In 2022, there were 5.8 million people in the nursing profession, 3 million of them will leave by 2025. Only 1.1 million are expected to enter during that time, either by starting nursing school or transferring into the industry. The demand for nurses is growing, so we have projected a 2.1 million nursing gap over 2-3 years.

Every third seat in the nursing population will be open.

What impacts will this have on the industry?

Healthcare organizations can’t function without nurses, they make up more than 50% of some healthcare organizations. There’s also a lot of regulations that won’t allow organizations to go down too much in nursing staff. There are patient to nursing ratios that are legally mandated, so if there are less nurses, organizations will have to take in less patients.
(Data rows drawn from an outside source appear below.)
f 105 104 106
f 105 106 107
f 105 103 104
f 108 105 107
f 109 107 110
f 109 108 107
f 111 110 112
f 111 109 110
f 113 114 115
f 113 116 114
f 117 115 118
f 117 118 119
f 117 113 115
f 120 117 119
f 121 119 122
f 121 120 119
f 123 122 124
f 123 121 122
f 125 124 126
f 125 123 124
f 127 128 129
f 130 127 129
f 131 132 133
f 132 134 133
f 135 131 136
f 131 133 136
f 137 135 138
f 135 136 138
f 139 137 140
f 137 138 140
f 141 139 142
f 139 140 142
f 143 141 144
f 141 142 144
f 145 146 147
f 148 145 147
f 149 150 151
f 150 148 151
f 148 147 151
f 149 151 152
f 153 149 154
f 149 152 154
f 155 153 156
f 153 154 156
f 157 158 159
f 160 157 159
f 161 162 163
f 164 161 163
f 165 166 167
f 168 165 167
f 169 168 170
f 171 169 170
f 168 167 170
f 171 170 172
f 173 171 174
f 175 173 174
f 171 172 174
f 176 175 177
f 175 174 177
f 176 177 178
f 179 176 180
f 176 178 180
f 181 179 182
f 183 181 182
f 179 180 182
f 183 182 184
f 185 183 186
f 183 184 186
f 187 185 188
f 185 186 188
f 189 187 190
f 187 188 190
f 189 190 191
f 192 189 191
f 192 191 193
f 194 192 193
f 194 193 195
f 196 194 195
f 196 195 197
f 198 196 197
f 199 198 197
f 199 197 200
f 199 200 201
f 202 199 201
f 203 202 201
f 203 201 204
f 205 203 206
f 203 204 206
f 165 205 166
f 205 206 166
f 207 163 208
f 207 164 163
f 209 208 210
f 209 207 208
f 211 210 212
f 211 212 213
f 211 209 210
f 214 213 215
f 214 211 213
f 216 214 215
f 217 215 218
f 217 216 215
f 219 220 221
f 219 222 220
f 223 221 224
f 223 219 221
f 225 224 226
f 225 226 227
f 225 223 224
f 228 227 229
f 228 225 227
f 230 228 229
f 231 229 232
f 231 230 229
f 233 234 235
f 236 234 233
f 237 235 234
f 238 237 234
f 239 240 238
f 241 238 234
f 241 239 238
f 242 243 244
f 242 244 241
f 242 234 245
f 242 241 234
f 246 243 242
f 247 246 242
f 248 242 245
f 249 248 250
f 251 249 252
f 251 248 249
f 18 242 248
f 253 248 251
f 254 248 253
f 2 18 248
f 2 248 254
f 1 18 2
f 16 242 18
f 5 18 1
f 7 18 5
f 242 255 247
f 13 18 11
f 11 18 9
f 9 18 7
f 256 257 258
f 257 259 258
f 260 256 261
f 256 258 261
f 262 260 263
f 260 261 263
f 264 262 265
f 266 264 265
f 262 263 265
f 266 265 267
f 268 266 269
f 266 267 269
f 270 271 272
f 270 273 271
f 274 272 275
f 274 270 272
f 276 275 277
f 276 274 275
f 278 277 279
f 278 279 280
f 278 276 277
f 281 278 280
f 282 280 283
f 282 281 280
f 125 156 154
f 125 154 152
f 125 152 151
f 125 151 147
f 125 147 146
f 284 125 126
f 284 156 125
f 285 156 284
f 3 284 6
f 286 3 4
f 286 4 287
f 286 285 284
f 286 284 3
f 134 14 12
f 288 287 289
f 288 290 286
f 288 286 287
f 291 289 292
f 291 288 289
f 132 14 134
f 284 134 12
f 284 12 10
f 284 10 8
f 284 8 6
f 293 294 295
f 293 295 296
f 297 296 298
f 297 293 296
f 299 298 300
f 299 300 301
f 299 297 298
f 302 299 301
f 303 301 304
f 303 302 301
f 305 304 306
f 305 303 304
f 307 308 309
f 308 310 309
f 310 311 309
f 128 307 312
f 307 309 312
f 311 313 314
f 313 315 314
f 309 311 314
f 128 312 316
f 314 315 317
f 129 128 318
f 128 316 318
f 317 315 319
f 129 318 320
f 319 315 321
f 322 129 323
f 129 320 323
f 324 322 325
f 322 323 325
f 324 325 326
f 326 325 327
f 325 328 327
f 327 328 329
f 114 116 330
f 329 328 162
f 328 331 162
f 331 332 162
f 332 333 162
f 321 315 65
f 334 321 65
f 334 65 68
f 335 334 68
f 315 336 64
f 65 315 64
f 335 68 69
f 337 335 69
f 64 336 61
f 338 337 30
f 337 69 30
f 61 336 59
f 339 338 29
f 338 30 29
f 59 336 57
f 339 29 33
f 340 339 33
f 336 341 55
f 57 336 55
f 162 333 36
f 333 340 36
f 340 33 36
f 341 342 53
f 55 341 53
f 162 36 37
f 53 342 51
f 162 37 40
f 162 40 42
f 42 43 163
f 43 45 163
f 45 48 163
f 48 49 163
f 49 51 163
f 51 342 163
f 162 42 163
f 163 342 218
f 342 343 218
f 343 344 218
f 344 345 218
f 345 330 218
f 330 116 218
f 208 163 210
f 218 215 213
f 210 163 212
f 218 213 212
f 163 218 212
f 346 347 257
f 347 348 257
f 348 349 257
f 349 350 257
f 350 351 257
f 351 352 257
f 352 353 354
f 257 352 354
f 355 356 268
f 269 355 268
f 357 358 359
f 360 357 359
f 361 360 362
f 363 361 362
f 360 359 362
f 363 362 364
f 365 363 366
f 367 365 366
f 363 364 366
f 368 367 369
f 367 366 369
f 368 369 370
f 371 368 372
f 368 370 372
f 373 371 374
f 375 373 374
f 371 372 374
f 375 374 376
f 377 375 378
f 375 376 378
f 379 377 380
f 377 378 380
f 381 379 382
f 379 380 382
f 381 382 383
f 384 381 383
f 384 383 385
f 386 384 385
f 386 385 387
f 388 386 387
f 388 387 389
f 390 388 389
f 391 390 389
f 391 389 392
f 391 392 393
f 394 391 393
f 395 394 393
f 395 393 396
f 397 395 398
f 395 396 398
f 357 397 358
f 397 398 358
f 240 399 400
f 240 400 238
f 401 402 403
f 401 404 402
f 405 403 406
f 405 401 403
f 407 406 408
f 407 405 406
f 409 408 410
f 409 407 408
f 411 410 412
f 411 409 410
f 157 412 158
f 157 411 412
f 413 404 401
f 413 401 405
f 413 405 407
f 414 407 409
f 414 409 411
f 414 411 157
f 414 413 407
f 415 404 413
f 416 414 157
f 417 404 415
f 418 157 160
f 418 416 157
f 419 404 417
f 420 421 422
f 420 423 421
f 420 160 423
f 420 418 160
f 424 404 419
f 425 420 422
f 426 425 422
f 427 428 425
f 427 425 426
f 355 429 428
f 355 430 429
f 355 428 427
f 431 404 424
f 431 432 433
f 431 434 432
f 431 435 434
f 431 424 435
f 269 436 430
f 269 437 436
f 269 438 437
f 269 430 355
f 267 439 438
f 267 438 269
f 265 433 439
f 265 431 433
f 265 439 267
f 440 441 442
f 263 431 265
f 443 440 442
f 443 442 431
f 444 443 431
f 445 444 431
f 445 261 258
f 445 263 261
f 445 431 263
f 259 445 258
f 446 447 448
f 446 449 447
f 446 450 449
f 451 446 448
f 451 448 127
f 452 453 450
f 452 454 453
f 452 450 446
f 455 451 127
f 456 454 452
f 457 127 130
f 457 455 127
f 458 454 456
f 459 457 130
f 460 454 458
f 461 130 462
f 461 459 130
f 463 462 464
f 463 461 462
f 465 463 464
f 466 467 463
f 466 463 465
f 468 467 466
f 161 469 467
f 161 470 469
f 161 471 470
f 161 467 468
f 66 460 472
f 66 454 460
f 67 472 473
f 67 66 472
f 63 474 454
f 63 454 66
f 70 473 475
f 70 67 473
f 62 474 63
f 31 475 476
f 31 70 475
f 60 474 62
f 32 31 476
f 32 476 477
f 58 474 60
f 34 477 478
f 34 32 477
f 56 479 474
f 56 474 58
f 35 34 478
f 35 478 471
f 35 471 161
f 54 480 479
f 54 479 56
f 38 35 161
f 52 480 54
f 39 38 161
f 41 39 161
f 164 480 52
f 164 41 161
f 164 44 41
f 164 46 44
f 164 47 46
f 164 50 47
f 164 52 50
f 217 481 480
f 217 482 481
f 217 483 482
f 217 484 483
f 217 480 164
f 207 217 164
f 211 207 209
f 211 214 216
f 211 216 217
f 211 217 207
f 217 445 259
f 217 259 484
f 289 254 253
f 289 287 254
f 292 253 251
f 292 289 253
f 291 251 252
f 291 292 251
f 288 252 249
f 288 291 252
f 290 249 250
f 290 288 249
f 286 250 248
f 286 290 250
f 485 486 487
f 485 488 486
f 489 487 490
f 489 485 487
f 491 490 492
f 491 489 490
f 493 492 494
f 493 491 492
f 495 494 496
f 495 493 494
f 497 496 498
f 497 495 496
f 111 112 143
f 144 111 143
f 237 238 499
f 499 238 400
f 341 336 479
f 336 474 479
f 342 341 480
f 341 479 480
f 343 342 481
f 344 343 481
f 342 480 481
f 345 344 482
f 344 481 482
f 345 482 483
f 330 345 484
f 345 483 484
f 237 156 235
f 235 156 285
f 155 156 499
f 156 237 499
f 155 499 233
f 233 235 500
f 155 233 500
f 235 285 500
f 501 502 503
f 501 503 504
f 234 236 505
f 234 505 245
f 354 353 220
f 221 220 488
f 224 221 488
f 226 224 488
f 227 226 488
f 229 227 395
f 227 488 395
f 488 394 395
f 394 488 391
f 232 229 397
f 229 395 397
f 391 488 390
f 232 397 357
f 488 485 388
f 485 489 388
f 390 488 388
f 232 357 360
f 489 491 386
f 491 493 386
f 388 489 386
This is a problem for the communities they serve, since a hospital may have to close a floor or ER to meet these ratio requirements.

Chief HR officers say this is the biggest business problem they are facing. When they can’t get nurses on staff, they have to rely on travel nurses, who have much higher salaries compared to regular nurses. It’s a severe situation for these companies. For the first time in 10 years, the issue at the tops of CEOs minds is not financial pressures. It is the nursing shortage.

How are companies working to attract new nurses?

Companies are trying to pull all levers to adapt to these shortages. They are doing systemic HR practices, meaning that they can’t recruit their way out of the shortage. The recruiting side can only fill about 350,000 people of the 3 million spots opening in the nursing industry in the coming years. There are just not enough people out there, and it takes a while to certified for these positions.

Healthcare organizations are looking beyond recruiting and trying to find ways to retain the people they already have. Some organizations have faced turnover rates of 60-to-70% since the pandemic, when the previous rates were just 17-to-20%. They are looking into what they can do to retain these people and have a better experience. This can include higher wages, offering onsite child care, pay equity, and other options. This is challenging, however, as many healthcare organizations are not-for-profit and can’t necessarily afford to pay much higher wages.

Retention could potentially keep about 400,000 people working as nurses.

What other ways are companies attempting to fill these roles?

The next option is reskilling workers and putting them on tuition free, non-linear career pathways. Organizations are looking at areas or departments where they have too many people. For example, a company may have more people working as receptionists than they need, and there are transferable skills from working as a receptionist to being a nursing assistant. Companies look into what skills are transferable into nursing, such as having patient interaction skills, empathy, and other soft skills.

These organizations are providing tuition nursing education and moving workers onto career paths that are more future-proofed. A receptionist could become a nursing assistant, then a registered nurse, and finally chief nursing officer. This helps workers move forward into new careers, but it also helps companies because they don’t have to interview people for these roles because they can fill these roles with internal employees who have been with the company for several years already.

Reskilling could potentially fill up to 500,000 (or more) of the open nursing jobs in the coming years.

Are there any other options that companies have to combat this potential shortage?

The biggest opportunity, however, is designed around decreasing the demand for nurses. The way to this involves redesigning jobs, bringing in augmentation, and changing the employment models. One hospital “Uber-ized” its nursing staff, which essentially allowed nurses employed by the organization to work on an internal gig employment where people could pick their shifts and number of hours they would work each week. This ended up being a big retention factor because people liked that opportunity that the gig-work-style offered, even if they didn’t take advantage of it.